Muy buena la informaciòn, pregunte a un de mis profesores eso el otro dìa y no me supo decir... gracias.. por la informaciòn...!!


----------



## wlopez (Mar 28, 2011)

La información esta interesante y dudas resueltas.. pero como todo sistema al ser creado tiene excepciones.. sin duda este protocolo debe tener excepciones..... seria interesante saber romper esos candados... haber que pasa.... en fin
el mundo tal vez algún día lo sabra


----------



## capitanp (Mar 28, 2011)

ESto de @ambarino https://www.forosdeelectronica.com/f18/sms-solo-permiten-160-caracteres-4340/#post237606 no lo habia leido...


----------



## joelexel (Sep 17, 2011)

Ademas de tu exelente explicacion de los 160 caracteres capitanp tambien pienso que es xq son unos delincuentes no costaria nada extender ese rango pero si lo hicieran no nos podrian cobrar 50 mensajes por mandar "feliz cumpleaños" y por ende tampoco cobrarnos 50 veces


----------



## capo12345678 (Jul 27, 2019)

capitanp dijo:


> La razón por la que los mensajes SMS no pueden exceder de 160 caracteres de longitud. Al parecer los SMS inicialmente se pensaron como mensajes de control, no como un servicio de usuario, y de hecho, van por los canales de control en vez de por los de voz.
> 
> Y es que la inclusión del envío de SMS fue una idea que estuvo a punto de ser descartada en las especificaciones del GSM por que nadie le veía futuro (tremendo acierto el de esta personas. Seguro que fueron los mismos que dijeron que esa chorrada llamada Internet jamás triunfaría ).
> 
> ...


Usando el formato PDU puedes enviar o recibir byte(s) de información con código desde 4bit/carácter hasta la cantidad que desee de xxbit/carácter y hasta usted puede hacer una tabla de caracteres propia. Como es personalizada tendrá tanto el transmisor como el receptor tener el programa especifico para poderlo interpretar esta codificación /decodificación particular  y solo se puede emplear si usa 2 módulos SMS por ejemplo M590, SIM800L, SIM600, etc.

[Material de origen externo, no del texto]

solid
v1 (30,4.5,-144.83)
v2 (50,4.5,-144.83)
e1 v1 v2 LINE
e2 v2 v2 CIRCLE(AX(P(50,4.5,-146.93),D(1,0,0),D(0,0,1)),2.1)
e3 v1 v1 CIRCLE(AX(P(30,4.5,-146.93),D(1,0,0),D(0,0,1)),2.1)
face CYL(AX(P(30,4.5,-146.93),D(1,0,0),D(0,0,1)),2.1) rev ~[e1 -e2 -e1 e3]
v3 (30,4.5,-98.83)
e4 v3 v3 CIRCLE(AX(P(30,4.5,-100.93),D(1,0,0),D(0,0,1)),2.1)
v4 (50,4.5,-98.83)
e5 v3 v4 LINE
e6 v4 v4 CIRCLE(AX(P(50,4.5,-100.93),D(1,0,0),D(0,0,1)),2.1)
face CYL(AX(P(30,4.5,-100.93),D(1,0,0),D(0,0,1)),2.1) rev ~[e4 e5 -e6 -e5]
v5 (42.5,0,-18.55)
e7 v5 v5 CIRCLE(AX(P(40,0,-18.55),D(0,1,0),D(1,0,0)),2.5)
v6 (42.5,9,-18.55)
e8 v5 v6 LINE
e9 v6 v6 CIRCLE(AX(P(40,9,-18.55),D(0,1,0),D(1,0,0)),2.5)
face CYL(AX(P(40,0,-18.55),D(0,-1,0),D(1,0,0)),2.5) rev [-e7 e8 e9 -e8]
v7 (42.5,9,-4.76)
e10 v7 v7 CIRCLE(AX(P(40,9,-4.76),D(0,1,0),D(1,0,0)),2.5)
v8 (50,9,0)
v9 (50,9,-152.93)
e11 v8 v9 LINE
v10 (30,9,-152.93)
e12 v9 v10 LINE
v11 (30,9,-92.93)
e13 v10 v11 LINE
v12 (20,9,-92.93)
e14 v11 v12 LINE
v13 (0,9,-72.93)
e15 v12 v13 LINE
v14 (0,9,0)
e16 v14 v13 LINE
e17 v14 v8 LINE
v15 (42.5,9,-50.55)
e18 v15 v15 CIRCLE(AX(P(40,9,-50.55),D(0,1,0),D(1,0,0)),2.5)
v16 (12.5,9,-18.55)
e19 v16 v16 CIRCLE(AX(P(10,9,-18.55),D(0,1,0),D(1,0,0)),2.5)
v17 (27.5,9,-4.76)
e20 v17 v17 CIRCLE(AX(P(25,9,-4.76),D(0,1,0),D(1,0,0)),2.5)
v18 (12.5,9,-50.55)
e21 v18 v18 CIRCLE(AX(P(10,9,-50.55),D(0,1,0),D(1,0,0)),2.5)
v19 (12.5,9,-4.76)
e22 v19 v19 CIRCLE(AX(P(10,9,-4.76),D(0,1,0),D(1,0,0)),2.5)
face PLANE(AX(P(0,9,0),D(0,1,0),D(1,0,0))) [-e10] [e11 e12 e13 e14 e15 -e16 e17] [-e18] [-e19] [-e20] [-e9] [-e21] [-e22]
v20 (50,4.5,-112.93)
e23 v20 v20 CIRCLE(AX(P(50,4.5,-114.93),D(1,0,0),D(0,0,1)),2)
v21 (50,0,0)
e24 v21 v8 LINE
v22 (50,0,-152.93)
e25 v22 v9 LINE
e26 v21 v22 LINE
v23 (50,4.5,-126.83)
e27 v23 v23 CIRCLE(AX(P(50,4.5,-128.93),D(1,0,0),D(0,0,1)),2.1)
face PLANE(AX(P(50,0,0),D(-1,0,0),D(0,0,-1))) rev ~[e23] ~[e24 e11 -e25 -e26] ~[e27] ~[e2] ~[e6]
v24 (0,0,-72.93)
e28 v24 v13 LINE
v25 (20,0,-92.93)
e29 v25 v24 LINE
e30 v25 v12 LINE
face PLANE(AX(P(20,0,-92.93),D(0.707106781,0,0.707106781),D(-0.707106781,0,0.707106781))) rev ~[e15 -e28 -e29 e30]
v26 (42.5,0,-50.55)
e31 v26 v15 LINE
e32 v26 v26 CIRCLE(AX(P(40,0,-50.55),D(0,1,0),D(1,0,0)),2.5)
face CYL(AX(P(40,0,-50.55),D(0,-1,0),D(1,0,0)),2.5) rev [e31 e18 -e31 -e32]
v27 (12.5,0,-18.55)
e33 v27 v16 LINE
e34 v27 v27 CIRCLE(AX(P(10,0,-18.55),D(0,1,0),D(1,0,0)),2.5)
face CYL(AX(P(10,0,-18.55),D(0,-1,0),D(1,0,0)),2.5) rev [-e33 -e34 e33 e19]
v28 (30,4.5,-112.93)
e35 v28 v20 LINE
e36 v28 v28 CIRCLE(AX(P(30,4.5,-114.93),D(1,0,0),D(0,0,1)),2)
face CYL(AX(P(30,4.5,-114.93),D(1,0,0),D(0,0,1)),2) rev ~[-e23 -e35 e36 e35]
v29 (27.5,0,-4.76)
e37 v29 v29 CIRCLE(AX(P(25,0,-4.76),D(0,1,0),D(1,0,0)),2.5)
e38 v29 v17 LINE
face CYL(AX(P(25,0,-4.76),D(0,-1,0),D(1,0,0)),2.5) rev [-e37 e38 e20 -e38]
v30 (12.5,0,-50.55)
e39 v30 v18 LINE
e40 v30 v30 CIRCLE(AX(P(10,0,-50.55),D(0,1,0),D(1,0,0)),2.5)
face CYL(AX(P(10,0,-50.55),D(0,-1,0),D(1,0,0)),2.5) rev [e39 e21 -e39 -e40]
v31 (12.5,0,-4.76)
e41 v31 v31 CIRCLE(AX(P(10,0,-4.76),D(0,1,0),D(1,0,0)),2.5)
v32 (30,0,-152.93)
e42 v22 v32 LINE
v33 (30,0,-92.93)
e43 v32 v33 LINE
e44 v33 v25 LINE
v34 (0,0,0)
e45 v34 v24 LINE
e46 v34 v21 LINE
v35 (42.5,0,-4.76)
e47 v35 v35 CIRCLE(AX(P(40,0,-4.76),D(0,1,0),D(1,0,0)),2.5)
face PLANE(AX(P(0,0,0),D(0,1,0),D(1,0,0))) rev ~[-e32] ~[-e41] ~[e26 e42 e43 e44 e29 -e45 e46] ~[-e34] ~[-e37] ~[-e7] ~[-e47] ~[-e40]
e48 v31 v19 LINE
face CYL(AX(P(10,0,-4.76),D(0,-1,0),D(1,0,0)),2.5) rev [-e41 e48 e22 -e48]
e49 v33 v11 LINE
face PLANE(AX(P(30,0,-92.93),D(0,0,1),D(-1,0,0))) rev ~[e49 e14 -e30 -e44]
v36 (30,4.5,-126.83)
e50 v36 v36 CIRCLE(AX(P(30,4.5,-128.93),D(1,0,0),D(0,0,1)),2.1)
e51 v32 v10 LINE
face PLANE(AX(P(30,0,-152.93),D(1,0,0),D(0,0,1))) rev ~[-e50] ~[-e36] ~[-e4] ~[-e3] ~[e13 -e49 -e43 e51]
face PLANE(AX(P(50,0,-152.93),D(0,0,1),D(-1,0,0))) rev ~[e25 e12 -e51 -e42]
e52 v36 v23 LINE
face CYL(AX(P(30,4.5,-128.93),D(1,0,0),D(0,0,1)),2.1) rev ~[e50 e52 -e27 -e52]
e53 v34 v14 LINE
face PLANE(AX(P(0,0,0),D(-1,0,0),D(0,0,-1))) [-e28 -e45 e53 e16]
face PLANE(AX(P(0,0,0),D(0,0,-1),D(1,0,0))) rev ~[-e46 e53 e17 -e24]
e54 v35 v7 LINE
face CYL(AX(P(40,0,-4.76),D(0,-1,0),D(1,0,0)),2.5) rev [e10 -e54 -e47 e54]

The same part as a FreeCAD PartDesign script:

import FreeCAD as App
import Part
import Sketcher
from FreeCAD import Vector


def add_polygon(sketch, points):
    """Adds a closed chain of lines whose ends are joined by coincident constraints."""
    first, n = sketch.GeometryCount, len(points)
    for a, b in zip(points, points[1:] + points[:1]):
        sketch.addGeometry(Part.LineSegment(App.Vector(*a, 0), App.Vector(*b, 0)), False)
    for i in range(n):
        sketch.addConstraint(Sketcher.Constraint("Coincident", first + i, 2, first + (i + 1) % n, 1))

doc = App.newDocument("Part")
params = doc.addObject("Spreadsheet::Sheet", "Params")
for row, (alias, value) in enumerate([
    ("sketch1_diameter", "5 mm"),
    ("sketch1_width", "50 mm"),
    ("sketch1_width2", "20 mm"),
    ("sketch1_width3", "10 mm"),
    ("sketch1_height", "60 mm"),
    ("pad1_length", "9 mm"),
    ("sketch2_diameter", "4.2 mm"),
    ("hole_diameter", "4.2 mm"),
    ("hole_depth", "20 mm"),
    ("sketch3_diameter", "4.2 mm"),
    ("hole2_diameter", "4.2 mm"),
    ("sketch4_diameter", "4 mm"),
    ("hole3_diameter", "4 mm"),
    ("hole3_depth", "20 mm"),
    ("sketch5_diameter", "4.2 mm"),
    ("hole4_diameter", "4.2 mm"),
    ("hole4_depth", "20 mm"),
], start=1):
    params.set(f"A{row}", alias)
    params.set(f"B{row}", "=" + value)
    params.setAlias(f"B{row}", alias)

body = doc.addObject("PartDesign::Body", "Body")

# Sketch on XZ plane
sketch1 = body.newObject("Sketcher::SketchObject", "Sketch")
sketch1.AttachmentSupport = (doc.getObject("XZ_Plane"), [""])
sketch1.MapMode = "FlatFace"
add_polygon(sketch1, [(0, -72.93), (0, 0), (50, 0), (50, -152.93), (30, -152.93), (30, -92.93), (20, -92.93)])  # lines 0-6
sketch1.addGeometry(Part.Circle(Vector(10, -4.76, 0), Vector(0, 0, 1), 2.5), False)  # 7
sketch1.addGeometry(Part.Circle(Vector(10, -18.55, 0), Vector(0, 0, 1), 2.5), False)  # 8
sketch1.addGeometry(Part.Circle(Vector(10, -50.55, 0), Vector(0, 0, 1), 2.5), False)  # 9
sketch1.addGeometry(Part.Circle(Vector(25, -4.76, 0), Vector(0, 0, 1), 2.5), False)  # 10
sketch1.addGeometry(Part.Circle(Vector(40, -4.76, 0), Vector(0, 0, 1), 2.5), False)  # 11
sketch1.addGeometry(Part.Circle(Vector(40, -18.55, 0), Vector(0, 0, 1), 2.5), False)  # 12
sketch1.addGeometry(Part.Circle(Vector(40, -50.55, 0), Vector(0, 0, 1), 2.5), False)  # 13
sketch1.addConstraint([
    Sketcher.Constraint("Vertical", 0),
    Sketcher.Constraint("Horizontal", 1),
    Sketcher.Constraint("Vertical", 2),
    Sketcher.Constraint("Horizontal", 3),
    Sketcher.Constraint("Vertical", 4),
    Sketcher.Constraint("Horizontal", 5),
    Sketcher.Constraint("Coincident", 0, 2, -1, 1),
    Sketcher.Constraint("Equal", 7, 8),
    Sketcher.Constraint("Equal", 8, 9),
    Sketcher.Constraint("Equal", 9, 10),
    Sketcher.Constraint("Equal", 10, 11),
    Sketcher.Constraint("Equal", 11, 12),
    Sketcher.Constraint("Equal", 12, 13),
    Sketcher.Constraint("Horizontal", 7, 3, 10, 3),
    Sketcher.Constraint("Horizontal", 10, 3, 11, 3),
    Sketcher.Constraint("Horizontal", 8, 3, 12, 3),
    Sketcher.Constraint("Horizontal", 9, 3, 13, 3),
    Sketcher.Constraint("Vertical", 7, 3, 8, 3),
    Sketcher.Constraint("Vertical", 8, 3, 9, 3),
    Sketcher.Constraint("Vertical", 11, 3, 12, 3),
    Sketcher.Constraint("Vertical", 12, 3, 13, 3),
    Sketcher.Constraint("Diameter", 7, 5.0),
    Sketcher.Constraint("DistanceX", 1, 1, 1, 2, 50.0),
    Sketcher.Constraint("DistanceX", 3, 2, 3, 1, 20.0),
    Sketcher.Constraint("DistanceX", 5, 2, 5, 1, 10.0),
    Sketcher.Constraint("DistanceY", 4, 1, 4, 2, 60.0),
    Sketcher.Constraint("DistanceX", -1, 1, 7, 3, 10.0),
    Sketcher.Constraint("DistanceX", -1, 1, 10, 3, 25.0),
    Sketcher.Constraint("DistanceX", -1, 1, 11, 3, 40.0),
    Sketcher.Constraint("DistanceY", 9, 3, 8, 3, 32.0),
    Sketcher.Constraint("DistanceY", 5, 2, 6, 2, 20.0),
    Sketcher.Constraint("DistanceY", 0, 1, 0, 2, 72.93),
    Sketcher.Constraint("DistanceY", 7, 3, -1, 1, 4.76),
    Sketcher.Constraint("DistanceY", 8, 3, -1, 1, 18.55),
])
sketch1.setExpression("Constraints[28]", "Params.sketch1_diameter")
sketch1.setExpression("Constraints[29]", "Params.sketch1_width")
sketch1.setExpression("Constraints[30]", "Params.sketch1_width2")
sketch1.setExpression("Constraints[31]", "Params.sketch1_width3")
sketch1.setExpression("Constraints[32]", "Params.sketch1_height")
pad1 = body.newObject("PartDesign::Pad", "Pad")
pad1.Profile = sketch1
pad1.setExpression("Length", "Params.pad1_length")
pad1.Reversed = True

# Sketch on YZ plane
sketch2 = body.newObject("Sketcher::SketchObject", "Sketch001")
sketch2.AttachmentSupport = (doc.getObject("YZ_Plane"), [""])
sketch2.MapMode = "FlatFace"
sketch2.AttachmentOffset = App.Placement(Vector(0, 0, 30), App.Rotation())
sketch2.addGeometry(Part.Circle(Vector(4.5, -146.93, 0), Vector(0, 0, 1), 2.1), False)
sketch2.addConstraint([
    Sketcher.Constraint("Diameter", 0, 4.2),
    Sketcher.Constraint("DistanceX", -1, 1, 0, 3, 4.5),
    Sketcher.Constraint("DistanceY", 0, 3, -1, 1, 146.93),
])
sketch2.setExpression("Constraints[0]", "Params.sketch2_diameter")
doc.recompute()
hole = body.newObject("PartDesign::Hole", "Hole")
hole.Profile = sketch2
hole.ThreadType = "None"
hole.setExpression("Diameter", "Params.hole_diameter")
hole.DepthType = "Dimension"
hole.setExpression("Depth", "Params.hole_depth")
hole.DrillPoint = "Angled"
hole.DrillPointAngle = 118
hole.Reversed = True

# Sketch on YZ plane
sketch3 = body.newObject("Sketcher::SketchObject", "Sketch002")
sketch3.AttachmentSupport = (doc.getObject("YZ_Plane"), [""])
sketch3.MapMode = "FlatFace"
sketch3.AttachmentOffset = App.Placement(Vector(0, 0, 30), App.Rotation())
sketch3.addGeometry(Part.Circle(Vector(4.5, -128.93, 0), Vector(0, 0, 1), 2.1), False)
sketch3.addConstraint([
    Sketcher.Constraint("Diameter", 0, 4.2),
    Sketcher.Constraint("DistanceX", -1, 1, 0, 3, 4.5),
    Sketcher.Constraint("DistanceY", 0, 3, -1, 1, 128.93),
])
sketch3.setExpression("Constraints[0]", "Params.sketch3_diameter")
doc.recompute()
hole2 = body.newObject("PartDesign::Hole", "Hole001")
hole2.Profile = sketch3
hole2.ThreadType = "None"
hole2.setExpression("Diameter", "Params.hole2_diameter")
hole2.DepthType = "ThroughAll"
hole2.Reversed = True

# Sketch on YZ plane
sketch4 = body.newObject("Sketcher::SketchObject", "Sketch003")
sketch4.AttachmentSupport = (doc.getObject("YZ_Plane"), [""])
sketch4.MapMode = "FlatFace"
sketch4.AttachmentOffset = App.Placement(Vector(0, 0, 30), App.Rotation())
sketch4.addGeometry(Part.Circle(Vector(4.5, -114.93, 0), Vector(0, 0, 1), 2), False)
sketch4.addConstraint([
    Sketcher.Constraint("Diameter", 0, 4.0),
    Sketcher.Constraint("DistanceX", -1, 1, 0, 3, 4.5),
    Sketcher.Constraint("DistanceY", 0, 3, -1, 1, 114.93),
])
sketch4.setExpression("Constraints[0]", "Params.sketch4_diameter")
doc.recompute()
hole3 = body.newObject("PartDesign::Hole", "Hole002")
hole3.Profile = sketch4
hole3.ThreadType = "None"
hole3.setExpression("Diameter", "Params.hole3_diameter")
hole3.DepthType = "Dimension"
hole3.setExpression("Depth", "Params.hole3_depth")
hole3.DrillPoint = "Angled"
hole3.DrillPointAngle = 118
hole3.Reversed = True

# Sketch on YZ plane
sketch5 = body.newObject("Sketcher::SketchObject", "Sketch004")
sketch5.AttachmentSupport = (doc.getObject("YZ_Plane"), [""])
sketch5.MapMode = "FlatFace"
sketch5.AttachmentOffset = App.Placement(Vector(0, 0, 30), App.Rotation())
sketch5.addGeometry(Part.Circle(Vector(4.5, -100.93, 0), Vector(0, 0, 1), 2.1), False)
sketch5.addConstraint([
    Sketcher.Constraint("Diameter", 0, 4.2),
    Sketcher.Constraint("DistanceX", -1, 1, 0, 3, 4.5),
    Sketcher.Constraint("DistanceY", 0, 3, -1, 1, 100.93),
])
sketch5.setExpression("Constraints[0]", "Params.sketch5_diameter")
doc.recompute()
hole4 = body.newObject("PartDesign::Hole", "Hole003")
hole4.Profile = sketch5
hole4.ThreadType = "None"
hole4.setExpression("Diameter", "Params.hole4_diameter")
hole4.DepthType = "Dimension"
hole4.setExpression("Depth", "Params.hole4_depth")
hole4.DrillPoint = "Angled"
hole4.DrillPointAngle = 118
hole4.Reversed = True

doc.recompute()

Tanto en el emisor como receptor deben ser controlados con un programa propio con un microcontrolador que solo respete el formato PDU en su parte más elemental.
   Según si usa 5,7 u 8bit para identificar un carácter, entonces puede enviar caracteres como máximo:
     Si usa 4bit/carácter, puede enviar como máximo 280 caracteres alfa-numéricos incluyendo el espacio entre palabras    
     Si usa 5bit/carácter, puede enviar como máximo 224 caracteres alfa-numéricos incluyendo el espacio entre palabras
     Si usa 7bit/carácter, puede enviar como máximo 160 caracteres alfa-numéricos incluyendo el espacio entre palabras
     Si usa 8bit/carácter, puede enviar como máximo 140 caracteres alfa-numéricos incluyendo el espacio entre palabras

    Explicando por ejemplo como enviar como máximo 224 caracteres usando 5bit para identificar un carácter y se explicara usando 2 opciones una con un código completamente propio y otro usando el código Baudot:


----------



## Scooter (Jul 28, 2019)

¿A qué viene esta resurrección?
Si usas 4 bits solo tienes 16 caracteres ¿Que vas a escribir con eso?


----------